И еще два домика на Востоке. В одном из них хозяйство ионосферистов, здесь будет работать Василий Сидоров-второй. Другой домик построен американцами для своих ученых, уже не раз зимовавших на станции в порядке научного обмена. Как раз в эти минуты молодой американский физик Майкл Мейш передает эстафету своему столь же молодому коллеге из Ленинграда Валерию Ульеву. Майкл – первый восточник, который обратил на себя наше внимание. Когда мы выползали из самолета, к полосе бежал высокий парень в каэшке, тревожно выкрикивая: «Где есть Ульев? Ульев! Дайте мне Ульев!» Валерий, которого шатало, как на палубе во время шторма, прохрипел: «Я здесь…», и Майкл, издав ликующий вопль, чуть ли не на себе потащил сменщика в домик. Как рассказал Агафонов, Майкл – веселый и забавный парень, он чрезвычайно доволен тем, что ему посчастливилось провести год на Востоке. «Только три человека в Америке мерзли так, как я – радовался он.

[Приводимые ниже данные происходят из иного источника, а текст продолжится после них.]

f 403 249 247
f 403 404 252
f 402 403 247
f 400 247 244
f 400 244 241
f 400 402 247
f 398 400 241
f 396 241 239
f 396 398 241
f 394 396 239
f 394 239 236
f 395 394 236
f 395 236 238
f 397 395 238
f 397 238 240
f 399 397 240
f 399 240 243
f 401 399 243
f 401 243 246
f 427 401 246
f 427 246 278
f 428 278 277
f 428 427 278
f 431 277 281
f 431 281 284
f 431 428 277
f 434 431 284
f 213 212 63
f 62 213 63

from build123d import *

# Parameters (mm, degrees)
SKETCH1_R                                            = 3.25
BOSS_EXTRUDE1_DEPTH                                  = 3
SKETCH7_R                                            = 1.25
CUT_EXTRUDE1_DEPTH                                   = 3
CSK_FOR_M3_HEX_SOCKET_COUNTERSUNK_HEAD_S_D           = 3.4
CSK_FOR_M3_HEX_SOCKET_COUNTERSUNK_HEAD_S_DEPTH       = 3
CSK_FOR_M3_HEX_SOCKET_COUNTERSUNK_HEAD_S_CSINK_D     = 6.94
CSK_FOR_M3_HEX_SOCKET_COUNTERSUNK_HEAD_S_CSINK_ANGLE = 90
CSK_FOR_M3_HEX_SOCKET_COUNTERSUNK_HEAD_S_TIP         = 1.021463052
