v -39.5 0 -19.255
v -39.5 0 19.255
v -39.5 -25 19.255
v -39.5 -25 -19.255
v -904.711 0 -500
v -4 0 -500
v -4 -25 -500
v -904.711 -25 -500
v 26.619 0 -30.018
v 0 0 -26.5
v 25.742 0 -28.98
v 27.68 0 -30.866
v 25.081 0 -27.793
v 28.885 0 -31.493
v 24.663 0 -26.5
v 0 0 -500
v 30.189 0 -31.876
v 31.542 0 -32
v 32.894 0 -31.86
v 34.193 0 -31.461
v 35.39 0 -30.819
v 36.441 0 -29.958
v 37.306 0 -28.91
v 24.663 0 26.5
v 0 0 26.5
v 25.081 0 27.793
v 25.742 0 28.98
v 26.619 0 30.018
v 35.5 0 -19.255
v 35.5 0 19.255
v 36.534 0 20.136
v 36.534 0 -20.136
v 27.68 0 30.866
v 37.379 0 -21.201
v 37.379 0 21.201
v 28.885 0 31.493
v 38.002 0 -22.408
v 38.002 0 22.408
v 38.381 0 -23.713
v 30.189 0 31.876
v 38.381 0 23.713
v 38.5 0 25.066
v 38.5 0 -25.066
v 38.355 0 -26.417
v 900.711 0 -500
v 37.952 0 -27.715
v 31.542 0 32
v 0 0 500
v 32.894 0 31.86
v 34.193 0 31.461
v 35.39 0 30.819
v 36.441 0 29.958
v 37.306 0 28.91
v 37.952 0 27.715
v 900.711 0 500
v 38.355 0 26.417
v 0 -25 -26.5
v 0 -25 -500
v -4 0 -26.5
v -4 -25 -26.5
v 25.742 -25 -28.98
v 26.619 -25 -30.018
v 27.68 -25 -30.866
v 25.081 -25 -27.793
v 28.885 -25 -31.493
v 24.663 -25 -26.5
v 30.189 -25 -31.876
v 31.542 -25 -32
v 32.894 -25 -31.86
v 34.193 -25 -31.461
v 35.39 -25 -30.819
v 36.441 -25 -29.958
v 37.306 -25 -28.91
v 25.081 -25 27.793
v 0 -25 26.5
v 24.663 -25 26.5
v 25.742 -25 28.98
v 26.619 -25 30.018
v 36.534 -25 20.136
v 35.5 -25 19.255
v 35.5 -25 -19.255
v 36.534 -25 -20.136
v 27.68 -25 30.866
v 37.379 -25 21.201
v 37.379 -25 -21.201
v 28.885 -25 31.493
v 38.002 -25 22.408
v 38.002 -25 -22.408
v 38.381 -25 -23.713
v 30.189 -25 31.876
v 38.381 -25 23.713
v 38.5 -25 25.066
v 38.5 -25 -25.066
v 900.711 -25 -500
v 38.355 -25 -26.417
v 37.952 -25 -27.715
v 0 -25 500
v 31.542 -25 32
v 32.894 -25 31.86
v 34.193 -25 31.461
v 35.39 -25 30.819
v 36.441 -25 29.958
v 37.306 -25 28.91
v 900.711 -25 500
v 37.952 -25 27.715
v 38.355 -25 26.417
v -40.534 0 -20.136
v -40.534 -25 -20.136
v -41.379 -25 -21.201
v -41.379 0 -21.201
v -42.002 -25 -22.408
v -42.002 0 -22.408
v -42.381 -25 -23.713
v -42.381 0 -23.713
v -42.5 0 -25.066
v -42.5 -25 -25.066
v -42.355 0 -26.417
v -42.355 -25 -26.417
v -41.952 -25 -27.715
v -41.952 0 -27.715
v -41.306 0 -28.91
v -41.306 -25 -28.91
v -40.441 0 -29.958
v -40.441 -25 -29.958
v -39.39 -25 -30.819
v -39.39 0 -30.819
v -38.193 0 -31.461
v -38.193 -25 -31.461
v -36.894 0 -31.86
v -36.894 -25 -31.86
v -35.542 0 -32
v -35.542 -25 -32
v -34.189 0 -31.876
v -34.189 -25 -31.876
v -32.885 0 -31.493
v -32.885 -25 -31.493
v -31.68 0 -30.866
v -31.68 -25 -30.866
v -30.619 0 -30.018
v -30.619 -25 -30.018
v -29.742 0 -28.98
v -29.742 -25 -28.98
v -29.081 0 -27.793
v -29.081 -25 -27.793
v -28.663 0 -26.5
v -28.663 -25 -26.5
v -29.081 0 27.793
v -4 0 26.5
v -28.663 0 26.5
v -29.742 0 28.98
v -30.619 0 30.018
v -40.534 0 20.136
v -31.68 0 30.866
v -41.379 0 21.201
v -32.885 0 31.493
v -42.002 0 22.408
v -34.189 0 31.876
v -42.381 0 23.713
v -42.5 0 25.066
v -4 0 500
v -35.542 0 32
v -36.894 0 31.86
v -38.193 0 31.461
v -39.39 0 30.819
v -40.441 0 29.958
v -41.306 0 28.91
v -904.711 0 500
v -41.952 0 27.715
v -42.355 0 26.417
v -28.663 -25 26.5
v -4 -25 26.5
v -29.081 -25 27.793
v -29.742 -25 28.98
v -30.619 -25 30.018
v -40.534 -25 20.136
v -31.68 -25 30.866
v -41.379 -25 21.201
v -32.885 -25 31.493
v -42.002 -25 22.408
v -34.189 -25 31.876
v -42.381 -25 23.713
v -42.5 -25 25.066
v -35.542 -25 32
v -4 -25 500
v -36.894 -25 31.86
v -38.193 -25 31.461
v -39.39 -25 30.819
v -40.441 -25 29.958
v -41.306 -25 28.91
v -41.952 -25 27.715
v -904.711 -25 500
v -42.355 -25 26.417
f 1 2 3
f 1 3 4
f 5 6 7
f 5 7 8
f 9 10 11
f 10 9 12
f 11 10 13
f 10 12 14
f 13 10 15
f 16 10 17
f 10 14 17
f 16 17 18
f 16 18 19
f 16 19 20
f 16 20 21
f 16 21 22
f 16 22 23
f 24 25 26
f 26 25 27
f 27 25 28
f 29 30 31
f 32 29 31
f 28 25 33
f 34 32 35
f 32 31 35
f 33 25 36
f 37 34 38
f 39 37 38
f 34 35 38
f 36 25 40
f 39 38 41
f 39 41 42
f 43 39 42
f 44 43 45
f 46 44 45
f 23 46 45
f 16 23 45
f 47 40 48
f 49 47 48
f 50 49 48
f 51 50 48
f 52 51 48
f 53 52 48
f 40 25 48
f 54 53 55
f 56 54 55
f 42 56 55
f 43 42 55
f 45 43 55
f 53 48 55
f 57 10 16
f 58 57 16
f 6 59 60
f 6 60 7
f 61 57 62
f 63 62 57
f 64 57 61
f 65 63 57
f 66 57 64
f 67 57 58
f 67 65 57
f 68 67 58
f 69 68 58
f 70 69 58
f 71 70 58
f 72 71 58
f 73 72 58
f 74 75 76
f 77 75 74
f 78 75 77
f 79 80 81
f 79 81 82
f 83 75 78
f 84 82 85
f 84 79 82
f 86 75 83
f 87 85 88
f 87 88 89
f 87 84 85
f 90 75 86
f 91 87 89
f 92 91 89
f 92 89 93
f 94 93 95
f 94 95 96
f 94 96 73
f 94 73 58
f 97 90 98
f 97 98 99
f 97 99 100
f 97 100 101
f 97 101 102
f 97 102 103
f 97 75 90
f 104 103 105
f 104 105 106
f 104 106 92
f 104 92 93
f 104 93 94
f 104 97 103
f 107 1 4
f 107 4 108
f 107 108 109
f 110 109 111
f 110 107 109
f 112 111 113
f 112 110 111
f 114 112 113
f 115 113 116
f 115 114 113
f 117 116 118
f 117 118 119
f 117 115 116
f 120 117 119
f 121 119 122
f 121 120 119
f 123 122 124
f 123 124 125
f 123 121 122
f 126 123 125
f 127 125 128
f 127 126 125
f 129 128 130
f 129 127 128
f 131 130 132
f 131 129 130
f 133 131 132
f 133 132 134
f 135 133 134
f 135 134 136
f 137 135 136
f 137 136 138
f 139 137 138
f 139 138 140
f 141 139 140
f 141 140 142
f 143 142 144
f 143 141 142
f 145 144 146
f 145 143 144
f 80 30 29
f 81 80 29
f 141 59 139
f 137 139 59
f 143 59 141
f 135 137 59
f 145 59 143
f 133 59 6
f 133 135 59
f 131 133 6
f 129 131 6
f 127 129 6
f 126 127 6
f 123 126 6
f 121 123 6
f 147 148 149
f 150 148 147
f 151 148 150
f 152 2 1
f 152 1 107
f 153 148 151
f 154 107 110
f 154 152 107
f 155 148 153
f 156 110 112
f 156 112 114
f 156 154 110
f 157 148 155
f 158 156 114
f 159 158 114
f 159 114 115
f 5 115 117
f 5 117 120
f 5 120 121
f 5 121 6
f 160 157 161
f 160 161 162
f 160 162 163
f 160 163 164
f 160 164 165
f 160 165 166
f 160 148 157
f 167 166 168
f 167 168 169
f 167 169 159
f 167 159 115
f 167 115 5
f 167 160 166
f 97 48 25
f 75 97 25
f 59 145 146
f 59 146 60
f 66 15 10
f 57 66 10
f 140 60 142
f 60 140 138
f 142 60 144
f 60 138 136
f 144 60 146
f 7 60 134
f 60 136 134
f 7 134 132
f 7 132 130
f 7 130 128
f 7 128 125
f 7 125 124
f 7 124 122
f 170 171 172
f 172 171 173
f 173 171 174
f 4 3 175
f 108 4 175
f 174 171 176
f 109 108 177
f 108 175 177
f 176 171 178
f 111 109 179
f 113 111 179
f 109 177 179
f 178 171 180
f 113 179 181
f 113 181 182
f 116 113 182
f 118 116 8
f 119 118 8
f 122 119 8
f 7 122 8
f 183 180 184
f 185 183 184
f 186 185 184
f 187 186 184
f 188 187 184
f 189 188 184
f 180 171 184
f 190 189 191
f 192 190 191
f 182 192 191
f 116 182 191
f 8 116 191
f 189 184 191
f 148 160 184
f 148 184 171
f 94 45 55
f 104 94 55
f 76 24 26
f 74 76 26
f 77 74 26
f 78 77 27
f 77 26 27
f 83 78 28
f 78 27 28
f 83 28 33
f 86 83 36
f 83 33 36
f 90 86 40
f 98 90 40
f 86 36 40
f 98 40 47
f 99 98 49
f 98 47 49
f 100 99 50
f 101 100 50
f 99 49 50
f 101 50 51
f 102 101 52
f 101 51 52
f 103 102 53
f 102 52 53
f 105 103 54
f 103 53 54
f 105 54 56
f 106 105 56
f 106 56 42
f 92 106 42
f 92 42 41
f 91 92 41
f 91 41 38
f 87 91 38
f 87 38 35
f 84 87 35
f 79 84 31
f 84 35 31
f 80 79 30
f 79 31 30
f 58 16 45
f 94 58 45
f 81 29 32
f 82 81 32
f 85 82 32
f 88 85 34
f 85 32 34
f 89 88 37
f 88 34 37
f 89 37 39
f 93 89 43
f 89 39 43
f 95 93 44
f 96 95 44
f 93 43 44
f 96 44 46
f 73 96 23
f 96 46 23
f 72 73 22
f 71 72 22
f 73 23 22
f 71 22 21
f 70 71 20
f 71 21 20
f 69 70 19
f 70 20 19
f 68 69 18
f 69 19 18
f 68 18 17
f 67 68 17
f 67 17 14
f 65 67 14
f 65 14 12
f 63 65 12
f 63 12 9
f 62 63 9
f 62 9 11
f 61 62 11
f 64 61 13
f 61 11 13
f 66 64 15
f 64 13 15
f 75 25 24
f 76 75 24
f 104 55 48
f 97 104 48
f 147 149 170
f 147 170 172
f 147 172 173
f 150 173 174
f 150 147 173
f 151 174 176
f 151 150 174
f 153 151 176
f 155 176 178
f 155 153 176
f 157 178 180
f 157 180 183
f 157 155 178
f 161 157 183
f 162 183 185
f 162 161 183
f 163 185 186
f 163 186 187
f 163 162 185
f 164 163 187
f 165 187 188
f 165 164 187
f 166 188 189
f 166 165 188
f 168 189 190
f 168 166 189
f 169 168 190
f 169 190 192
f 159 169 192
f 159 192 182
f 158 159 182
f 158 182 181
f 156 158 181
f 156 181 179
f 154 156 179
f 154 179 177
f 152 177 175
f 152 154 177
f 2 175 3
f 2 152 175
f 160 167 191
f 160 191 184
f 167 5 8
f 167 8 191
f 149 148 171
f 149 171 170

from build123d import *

# Parameters (mm, degrees)
F1_DEPTH = 25


with BuildPart() as f1:
    # F0 (on Front) → F1 (new body)
    with BuildSketch(Plane.XZ):
        with BuildLine():
            Line((900.710799, 500), (0, 500))
            Line((0, 500), (0, 26.5))
            Line((0, 26.5), (24.662603, 26.5))
            ThreePointArc((24.662603, 26.5), (35.390196, 30.819482), (35.5, 19.255437))
            Line((35.5, 19.255437), (35.5, -19.255437))
            ThreePointArc((35.5, -19.255437), (35.390196, -30.819482), (24.662603, -26.5))
            Line((24.662603, -26.5), (0, -26.5))
            Line((0, -26.5), (0, -500))
            Line((0, -500), (900.710799, -500))
            Line((900.710799, -500), (900.710799, 500))
        make_face()
    extrude(amount=F1_DEPTH)


with BuildPart() as f3_1:
    # F3: instance of F1
    add(f1.part.mirror(Plane(origin=(-2, -12.5, 263.25), x_dir=(0, -1, 0), z_dir=(-1, 0, 0))))


solid = Compound([f1.part, f3_1.part])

У своего домика американцы установили две сорокаметровые ажурные стальные антенны – одно из главных украшений станции. Они находятся в нескольких десятках метров от полосы, и в ясную погоду летчики ими любуются, а в плохую проклинают: того и гляди, зацепишь крылом.

Таковы все строения на поверхности Востока. Почему на поверхности? Потому что глубоко под толщей снега вырыт магнитный павильон, одно из главных научных сооружений станции. В свое время мы там побываем. Да, на поверхности есть еще свалка – старые сани, пустые бочки из-под горючего, ящики и прочее.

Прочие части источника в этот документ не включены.